80

I have one list of 100 numbers as height for Y axis, and as length for X axis: 1 to 100 with a constant step of 5. I need to calculate the Area that it is included by the curve of the (x,y) points, and the X axis, using rectangles and Scipy. Do I have to find the function of this curve? or not? ... almost all the examples I have read are about a specific equation for the Y axis. In my case there is no equation, just data from a list. The classic solution is to add or the Y points and multiple by the step X distance... using Scipy any idea?

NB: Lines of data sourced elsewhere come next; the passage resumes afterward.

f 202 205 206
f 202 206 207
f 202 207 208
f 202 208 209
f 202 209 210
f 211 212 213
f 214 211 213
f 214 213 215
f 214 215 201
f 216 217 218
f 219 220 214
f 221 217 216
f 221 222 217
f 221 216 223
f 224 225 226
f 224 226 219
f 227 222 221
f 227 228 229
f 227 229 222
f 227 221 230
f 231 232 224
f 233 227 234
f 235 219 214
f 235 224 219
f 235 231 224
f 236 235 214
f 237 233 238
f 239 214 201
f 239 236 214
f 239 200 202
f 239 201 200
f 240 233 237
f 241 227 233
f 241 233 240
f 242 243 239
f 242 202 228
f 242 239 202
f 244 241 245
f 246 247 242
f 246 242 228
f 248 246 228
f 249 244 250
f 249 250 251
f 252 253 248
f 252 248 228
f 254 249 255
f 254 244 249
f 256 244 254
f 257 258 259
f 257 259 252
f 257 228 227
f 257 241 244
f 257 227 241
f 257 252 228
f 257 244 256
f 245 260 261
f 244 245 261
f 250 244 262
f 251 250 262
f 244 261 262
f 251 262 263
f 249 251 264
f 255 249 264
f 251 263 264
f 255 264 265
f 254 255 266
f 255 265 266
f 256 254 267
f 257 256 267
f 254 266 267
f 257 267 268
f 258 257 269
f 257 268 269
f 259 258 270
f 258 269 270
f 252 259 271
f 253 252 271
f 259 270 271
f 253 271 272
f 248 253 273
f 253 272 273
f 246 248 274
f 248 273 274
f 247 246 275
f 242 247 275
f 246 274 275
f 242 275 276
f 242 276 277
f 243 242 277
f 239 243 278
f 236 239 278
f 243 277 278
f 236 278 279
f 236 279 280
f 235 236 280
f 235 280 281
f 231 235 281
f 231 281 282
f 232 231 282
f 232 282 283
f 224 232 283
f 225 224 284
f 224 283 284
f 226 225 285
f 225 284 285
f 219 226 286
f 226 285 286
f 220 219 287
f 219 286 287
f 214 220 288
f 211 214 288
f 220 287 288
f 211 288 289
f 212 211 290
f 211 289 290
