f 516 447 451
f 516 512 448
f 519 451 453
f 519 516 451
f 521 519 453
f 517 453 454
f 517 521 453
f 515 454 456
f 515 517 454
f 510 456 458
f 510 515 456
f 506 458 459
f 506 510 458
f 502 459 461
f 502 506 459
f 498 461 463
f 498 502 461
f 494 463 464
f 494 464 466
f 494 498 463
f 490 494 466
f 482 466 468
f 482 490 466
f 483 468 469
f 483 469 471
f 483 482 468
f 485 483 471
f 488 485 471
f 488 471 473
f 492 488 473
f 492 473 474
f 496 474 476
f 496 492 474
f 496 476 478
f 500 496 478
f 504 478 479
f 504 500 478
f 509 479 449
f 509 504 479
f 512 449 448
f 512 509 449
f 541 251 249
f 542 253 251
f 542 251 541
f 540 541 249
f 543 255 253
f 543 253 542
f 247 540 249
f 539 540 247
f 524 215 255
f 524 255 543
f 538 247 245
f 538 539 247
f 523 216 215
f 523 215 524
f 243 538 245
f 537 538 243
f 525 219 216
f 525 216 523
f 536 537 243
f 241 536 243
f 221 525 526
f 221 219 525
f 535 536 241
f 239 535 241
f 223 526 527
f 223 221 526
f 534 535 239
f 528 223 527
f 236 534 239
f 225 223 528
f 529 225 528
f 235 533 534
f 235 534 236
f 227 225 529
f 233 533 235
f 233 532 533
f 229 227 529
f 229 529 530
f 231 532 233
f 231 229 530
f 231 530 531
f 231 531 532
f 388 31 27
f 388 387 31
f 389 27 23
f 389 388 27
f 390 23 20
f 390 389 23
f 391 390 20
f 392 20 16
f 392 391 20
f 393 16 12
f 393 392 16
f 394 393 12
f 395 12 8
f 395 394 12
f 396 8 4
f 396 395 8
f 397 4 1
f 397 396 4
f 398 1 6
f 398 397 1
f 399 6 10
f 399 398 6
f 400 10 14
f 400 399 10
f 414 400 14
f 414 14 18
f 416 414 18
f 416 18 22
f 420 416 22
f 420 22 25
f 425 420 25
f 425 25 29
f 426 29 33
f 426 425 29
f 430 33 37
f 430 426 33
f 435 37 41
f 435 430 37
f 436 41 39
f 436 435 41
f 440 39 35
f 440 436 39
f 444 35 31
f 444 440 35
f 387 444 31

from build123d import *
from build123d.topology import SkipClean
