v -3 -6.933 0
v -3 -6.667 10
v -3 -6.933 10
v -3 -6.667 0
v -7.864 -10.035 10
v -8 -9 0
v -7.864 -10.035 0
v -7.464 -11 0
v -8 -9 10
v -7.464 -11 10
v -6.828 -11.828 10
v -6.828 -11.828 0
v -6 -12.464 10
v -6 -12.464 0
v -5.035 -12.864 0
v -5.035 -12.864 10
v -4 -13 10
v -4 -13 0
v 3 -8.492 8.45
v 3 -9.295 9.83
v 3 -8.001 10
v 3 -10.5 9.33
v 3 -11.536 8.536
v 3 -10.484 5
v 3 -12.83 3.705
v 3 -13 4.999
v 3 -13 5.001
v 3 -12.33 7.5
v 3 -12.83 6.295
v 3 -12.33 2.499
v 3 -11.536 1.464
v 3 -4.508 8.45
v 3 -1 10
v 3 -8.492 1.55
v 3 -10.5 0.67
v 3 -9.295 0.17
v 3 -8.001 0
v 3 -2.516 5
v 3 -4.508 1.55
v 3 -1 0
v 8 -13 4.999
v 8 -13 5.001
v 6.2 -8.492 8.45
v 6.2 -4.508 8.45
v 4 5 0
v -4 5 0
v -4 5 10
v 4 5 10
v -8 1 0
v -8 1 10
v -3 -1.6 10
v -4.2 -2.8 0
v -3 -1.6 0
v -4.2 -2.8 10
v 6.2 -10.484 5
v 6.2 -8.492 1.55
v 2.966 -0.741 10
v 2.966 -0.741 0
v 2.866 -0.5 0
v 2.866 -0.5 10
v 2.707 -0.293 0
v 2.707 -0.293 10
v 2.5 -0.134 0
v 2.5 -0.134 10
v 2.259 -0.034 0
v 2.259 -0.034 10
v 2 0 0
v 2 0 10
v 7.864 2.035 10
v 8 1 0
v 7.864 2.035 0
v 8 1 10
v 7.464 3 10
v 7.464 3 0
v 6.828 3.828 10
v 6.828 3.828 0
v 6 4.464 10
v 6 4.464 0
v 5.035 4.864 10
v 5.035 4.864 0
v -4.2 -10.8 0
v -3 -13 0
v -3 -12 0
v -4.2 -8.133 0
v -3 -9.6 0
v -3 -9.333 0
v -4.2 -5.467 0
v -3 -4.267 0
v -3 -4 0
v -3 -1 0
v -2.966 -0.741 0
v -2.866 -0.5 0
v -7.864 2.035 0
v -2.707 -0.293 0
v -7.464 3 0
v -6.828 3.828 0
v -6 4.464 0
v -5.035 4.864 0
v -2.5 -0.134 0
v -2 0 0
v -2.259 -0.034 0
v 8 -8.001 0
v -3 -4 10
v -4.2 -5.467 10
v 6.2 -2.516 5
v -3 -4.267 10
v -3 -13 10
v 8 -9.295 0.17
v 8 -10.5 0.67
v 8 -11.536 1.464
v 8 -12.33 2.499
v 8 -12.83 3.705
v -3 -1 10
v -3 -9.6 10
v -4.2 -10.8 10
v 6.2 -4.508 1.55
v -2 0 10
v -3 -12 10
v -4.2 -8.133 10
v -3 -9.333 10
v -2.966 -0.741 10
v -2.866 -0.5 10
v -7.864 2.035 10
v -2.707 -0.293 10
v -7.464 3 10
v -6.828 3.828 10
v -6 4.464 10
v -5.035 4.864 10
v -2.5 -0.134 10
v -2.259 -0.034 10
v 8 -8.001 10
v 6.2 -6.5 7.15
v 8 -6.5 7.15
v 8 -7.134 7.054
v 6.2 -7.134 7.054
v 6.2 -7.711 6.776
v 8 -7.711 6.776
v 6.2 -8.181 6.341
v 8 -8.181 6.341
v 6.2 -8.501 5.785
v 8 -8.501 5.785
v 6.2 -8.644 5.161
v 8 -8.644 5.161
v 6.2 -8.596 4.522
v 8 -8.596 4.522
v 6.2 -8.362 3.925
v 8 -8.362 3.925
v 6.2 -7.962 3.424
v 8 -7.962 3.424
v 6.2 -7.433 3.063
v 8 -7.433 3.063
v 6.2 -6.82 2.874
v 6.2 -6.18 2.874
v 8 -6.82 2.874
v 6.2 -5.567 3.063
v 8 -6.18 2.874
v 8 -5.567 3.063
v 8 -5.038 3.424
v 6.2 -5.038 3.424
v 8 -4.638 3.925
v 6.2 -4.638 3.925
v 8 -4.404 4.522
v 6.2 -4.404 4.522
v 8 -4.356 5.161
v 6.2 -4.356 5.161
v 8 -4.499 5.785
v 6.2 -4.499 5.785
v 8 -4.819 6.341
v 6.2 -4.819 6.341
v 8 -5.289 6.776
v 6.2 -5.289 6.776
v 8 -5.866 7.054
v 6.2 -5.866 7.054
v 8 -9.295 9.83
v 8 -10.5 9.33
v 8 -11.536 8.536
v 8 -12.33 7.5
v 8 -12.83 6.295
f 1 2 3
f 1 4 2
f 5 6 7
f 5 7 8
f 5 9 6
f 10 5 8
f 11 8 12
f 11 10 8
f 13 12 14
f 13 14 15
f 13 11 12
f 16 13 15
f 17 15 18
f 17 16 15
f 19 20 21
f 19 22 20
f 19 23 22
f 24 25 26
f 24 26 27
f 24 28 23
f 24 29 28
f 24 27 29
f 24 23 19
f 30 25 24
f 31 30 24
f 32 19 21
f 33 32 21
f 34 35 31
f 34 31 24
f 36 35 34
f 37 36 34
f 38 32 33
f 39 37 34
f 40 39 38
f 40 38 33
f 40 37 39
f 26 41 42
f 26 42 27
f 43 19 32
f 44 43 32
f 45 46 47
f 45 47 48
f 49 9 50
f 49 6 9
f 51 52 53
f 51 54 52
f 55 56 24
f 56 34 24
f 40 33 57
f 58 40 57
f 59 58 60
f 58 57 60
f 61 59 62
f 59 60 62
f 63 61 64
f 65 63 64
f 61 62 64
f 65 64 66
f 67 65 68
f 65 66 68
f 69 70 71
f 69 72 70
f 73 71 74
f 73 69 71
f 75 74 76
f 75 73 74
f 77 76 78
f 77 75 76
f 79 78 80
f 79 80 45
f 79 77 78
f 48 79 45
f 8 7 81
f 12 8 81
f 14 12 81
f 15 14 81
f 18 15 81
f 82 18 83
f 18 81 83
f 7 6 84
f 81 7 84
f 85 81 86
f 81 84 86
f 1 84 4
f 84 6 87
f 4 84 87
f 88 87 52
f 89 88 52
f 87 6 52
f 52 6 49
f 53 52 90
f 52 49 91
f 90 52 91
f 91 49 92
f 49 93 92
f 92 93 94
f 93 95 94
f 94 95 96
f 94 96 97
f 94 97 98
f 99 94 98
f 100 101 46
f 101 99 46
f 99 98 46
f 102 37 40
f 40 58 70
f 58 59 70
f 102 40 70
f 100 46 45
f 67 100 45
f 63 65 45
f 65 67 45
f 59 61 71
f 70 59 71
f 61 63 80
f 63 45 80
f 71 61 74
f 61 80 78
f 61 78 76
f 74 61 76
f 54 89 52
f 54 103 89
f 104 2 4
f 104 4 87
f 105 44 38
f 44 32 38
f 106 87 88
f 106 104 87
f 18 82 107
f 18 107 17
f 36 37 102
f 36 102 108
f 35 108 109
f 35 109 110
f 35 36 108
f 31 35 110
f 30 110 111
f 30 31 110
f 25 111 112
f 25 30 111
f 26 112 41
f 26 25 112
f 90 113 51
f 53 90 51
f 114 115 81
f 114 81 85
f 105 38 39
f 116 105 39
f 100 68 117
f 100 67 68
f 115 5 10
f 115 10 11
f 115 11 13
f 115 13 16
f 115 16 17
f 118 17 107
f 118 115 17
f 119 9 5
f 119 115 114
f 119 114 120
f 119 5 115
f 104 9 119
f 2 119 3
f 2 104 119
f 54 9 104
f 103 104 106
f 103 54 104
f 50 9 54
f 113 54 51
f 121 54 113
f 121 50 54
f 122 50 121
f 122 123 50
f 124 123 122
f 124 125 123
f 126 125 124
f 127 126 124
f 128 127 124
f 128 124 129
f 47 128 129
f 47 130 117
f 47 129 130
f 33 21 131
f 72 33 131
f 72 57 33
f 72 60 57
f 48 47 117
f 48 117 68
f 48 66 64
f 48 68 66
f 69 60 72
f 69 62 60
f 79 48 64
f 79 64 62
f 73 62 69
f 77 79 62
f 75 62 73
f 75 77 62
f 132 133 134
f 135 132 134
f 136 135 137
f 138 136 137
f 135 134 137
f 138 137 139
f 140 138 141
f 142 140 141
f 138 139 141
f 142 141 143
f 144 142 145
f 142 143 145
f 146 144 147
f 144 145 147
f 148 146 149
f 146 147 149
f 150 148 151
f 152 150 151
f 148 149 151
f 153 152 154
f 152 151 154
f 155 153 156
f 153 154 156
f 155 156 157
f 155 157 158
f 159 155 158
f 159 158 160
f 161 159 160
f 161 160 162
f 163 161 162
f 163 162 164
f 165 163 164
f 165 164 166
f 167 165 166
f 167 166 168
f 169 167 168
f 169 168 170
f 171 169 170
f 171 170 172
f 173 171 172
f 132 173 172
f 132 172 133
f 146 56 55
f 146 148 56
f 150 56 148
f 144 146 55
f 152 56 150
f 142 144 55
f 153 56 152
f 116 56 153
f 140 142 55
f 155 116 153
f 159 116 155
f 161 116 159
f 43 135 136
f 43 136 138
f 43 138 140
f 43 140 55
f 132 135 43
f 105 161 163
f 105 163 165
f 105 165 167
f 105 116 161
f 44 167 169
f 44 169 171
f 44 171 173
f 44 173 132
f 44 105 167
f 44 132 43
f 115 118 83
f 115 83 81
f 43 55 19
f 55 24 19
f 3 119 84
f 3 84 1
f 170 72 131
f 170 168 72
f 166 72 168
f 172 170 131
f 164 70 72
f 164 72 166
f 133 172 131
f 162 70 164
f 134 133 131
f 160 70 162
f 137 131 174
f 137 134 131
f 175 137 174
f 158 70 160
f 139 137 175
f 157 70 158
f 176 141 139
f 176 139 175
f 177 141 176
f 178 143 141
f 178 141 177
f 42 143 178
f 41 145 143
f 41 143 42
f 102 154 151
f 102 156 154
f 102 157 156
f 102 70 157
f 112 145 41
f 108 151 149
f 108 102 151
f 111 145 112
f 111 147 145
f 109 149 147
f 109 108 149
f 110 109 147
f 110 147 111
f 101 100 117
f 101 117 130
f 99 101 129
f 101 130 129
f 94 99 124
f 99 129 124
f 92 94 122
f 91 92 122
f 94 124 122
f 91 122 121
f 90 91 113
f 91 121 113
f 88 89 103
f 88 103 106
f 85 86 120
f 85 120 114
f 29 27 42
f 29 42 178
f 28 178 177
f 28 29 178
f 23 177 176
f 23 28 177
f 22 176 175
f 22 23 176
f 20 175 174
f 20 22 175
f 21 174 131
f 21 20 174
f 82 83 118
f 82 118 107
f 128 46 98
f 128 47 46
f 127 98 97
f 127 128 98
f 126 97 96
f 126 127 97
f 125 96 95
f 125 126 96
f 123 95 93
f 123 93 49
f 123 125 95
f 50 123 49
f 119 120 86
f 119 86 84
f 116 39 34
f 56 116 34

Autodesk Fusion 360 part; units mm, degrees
sketch "Sketch1" plane through (0, 0, 0) normal (0, 0, 1) x (1, 0, 0)
  line L0 (-3, -13) -> (-8, -13)
  line L1 (-8, -13) -> (-8, 5)
  line L2 (-8, 5) -> (8, 5)
  line L3 (8, 5) -> (8, -13)
  line L4 (8, -13) -> (3, -13)
  line L5 (3, -13) -> (3, 0)
  line L6 (3, 0) -> (-3, 0)
  line L7 (-3, 0) -> (-3, -13)
  dimension "d1" = 6
  dimension "d2" = 5
  dimension "d3" = 5
  dimension "d4" = 5
  dimension "d6" = 13
extrude "Extrude1" add sketch "Sketch1" along normal blind 10 makes body 1
sketch "Sketch2" plane through (3, 0, 0) normal (-1, 0, 0) x (0, 0, 1)
  line L0 (0, 0) -> (0, -13)
  line L1 (0, -13) -> (10, -13)
  line L2 (10, -13) -> (10, 0)
  line L3 (10, 0) -> (0, 0)
  line L4 (8.45, -8.4919) -> (8.45, -4.5081)
  line L5 (8.45, -4.5081) -> (5, -2.5163)
  line L6 (5, -2.5163) -> (1.55, -4.5081)
  line L7 (1.55, -4.5081) -> (1.55, -8.4919)
  line L8 (1.55, -8.4919) -> (5, -10.4837)
  line L9 (5, -10.4837) -> (8.45, -8.4919)
  point P0 (5, -6.5)
  point P1 (5, 0)
  dimension "d9" = 3.45
  dimension "d10" = 6.5
extrude "Extrude2" cut sketch "Sketch2" against normal blind 3.2 contours L4 L5 L6 L7 L8 L9 bodies 1
hole "Hole1" at (3, -6.5, 5) direction (1, 0, 0) diameter 4.3 end through all bodies 1
sketch "Sketch3" plane through (0, 0, 0) normal (1, 0, 0) x (0, 0, -1)
  circle A0 centre (0, 0) radius 8
  line L0 (0, -3.9837) -> (3.45, -1.9919)
  line L1 (3.45, -1.9919) -> (3.45, 1.9919)
  line L2 (3.45, 1.9919) -> (0, 3.9837)
  line L3 (0, 3.9837) -> (-3.45, 1.9919)
  line L4 (-3.45, 1.9919) -> (-3.45, -1.9919)
  line L5 (-3.45, -1.9919) -> (0, -3.9837)
  circle A1 centre (0, 9) radius 1.75
  circle A2 centre (-4.1825, 7.9691) radius 1.75
  circle A3 centre (-7.4069, 5.1126) radius 1.75
  circle A4 centre (-8.9344, 1.0848) radius 1.75
  circle A5 centre (-8.4151, -3.1914) radius 1.75
  circle A6 centre (-5.9681, -6.7366) radius 1.75
  circle A7 centre (-2.1538, -8.7385) radius 1.75
  circle A8 centre (2.1538, -8.7385) radius 1.75
  circle A9 centre (5.9681, -6.7366) radius 1.75
  circle A10 centre (8.4151, -3.1914) radius 1.75
  circle A11 centre (8.9344, 1.0848) radius 1.75
  circle A12 centre (7.4069, 5.1126) radius 1.75
  circle A13 centre (4.1825, 7.9691) radius 1.75
  dimension "d16" = 16
  dimension "d17" = 3.45
  dimension "d18" = 3.5
  dimension "d19" = 9
  dimension "d21" = 360
extrude "Extrude3" add sketch "Sketch3" along normal blind 5 separate body contours A0 A1 A2 A3 A4 A5 A6 A7 A8 A9 A10 A11 A12 A13 | L0 L1 L2 L3 L4 L5 makes body 2
extrude "Extrude4" cut sketch "Sketch3" along normal blind 3 contours L0 L1 L2 L3 L4 L5 bodies 2
hole "Hole2" at (0, 0, 0) direction (1, 0, 0) diameter 4.2 end through all bodies 2
sketch "Sketch4" plane through (0, 0, 10) normal (0, 0, 1) x (1, 0, 0)
  line L0 (-3, 0) -> (3, 0)
  line L1 (3, 0) -> (3, -13)
  line L2 (3, -13) -> (8, -13)
  line L3 (8, -13) -> (8, 5)
  line L4 (8, 5) -> (-8, 5)
  line L5 (-8, 5) -> (-8, -13)
  line L6 (-8, -13) -> (-3, -13)
  line L7 (-3, -13) -> (-3, 0)
  line L8 (-3, -12) -> (-4.2, -10.8)
  line L9 (-4.2, -10.8) -> (-3, -9.6)
  line L10 (-4.2, -8.1333) -> (-3, -6.9333)
  line L11 (-3, -9.3333) -> (-4.2, -8.1333)
  line L12 (-4.2, -5.4667) -> (-3, -4.2667)
  line L13 (-3, -6.6667) -> (-4.2, -5.4667)
  line L14 (-4.2, -2.8) -> (-3, -1.6)
  line L15 (-3, -4) -> (-4.2, -2.8)
  dimension "d29" = 1.2
  dimension "d30" = 1
  dimension "d33" = 0
  dimension "d34" = 8
extrude "Extrude5" cut sketch "Sketch4" against normal through all contours L7 L14 L15 | L7 L12 L13 | L7 L10 L11 | L7 L8 L9 bodies 1
fillet "Fillet2" radius 5 2 edges at (5.5, -13, 10) (5.5, -13, 0) on bodies 1
fillet "Fillet1" radius 4 3 edges at (-8, 5, 5) (8, 5, 5) (-8, -13, 5) on bodies 1
fillet "Fillet1" radius 1 2 edges at (-3, 0, 5) (3, 0, 5) on bodies 1
fillet "Fillet3" radius 1 26 edges at (0, 4.1185, 5.9666) (0, 2.8368, 7.4801) (0, 0.8739, 7.1971) (0, -0.9643, 7.9417) (0, -2.5709, 6.7789) (0, -4.5445, 6.5839) (0, -5.4267, 4.8076) (0, -7.0836, 3.7178) (0, -7.0393, 1.735) (0, -8, 0) (0, -7.0393, -1.735) (0, -7.0836, -3.7178) (0, -5.4267, -4.8076) (0, -4.5445, -6.5839) (0, -2.5709, -6.7789) (0, -0.9643, -7.9417) (0, 0.8739, -7.1971) (0, 2.8368, -7.4801) (0, 4.1185, -5.9666) (0, 5.9881, -5.305) (0, 6.4196, -3.3692) (0, 7.7675, -1.9145) (0, 7.25, 0) (0, 7.7675, 1.9145) (0, 6.4196, 3.3692) (0, 5.9881, 5.305) on bodies 2
hidden bodies 2
equation "d9 = ( 6.9 / 2 ) * 1 mm"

Please, can anyone recommend any book which focusing on numerical (finite elementary) methods, using Scipy and Numpy? ...

nbrooks
  • 18,126
  • 5
  • 54
  • 66
user1640255
  • 1,224
  • 3
  • 19
  • 25

3 Answers3

93

The numpy and scipy libraries include the composite trapezoidal (numpy.trapz) and Simpson's (scipy.integrate.simpson) rules.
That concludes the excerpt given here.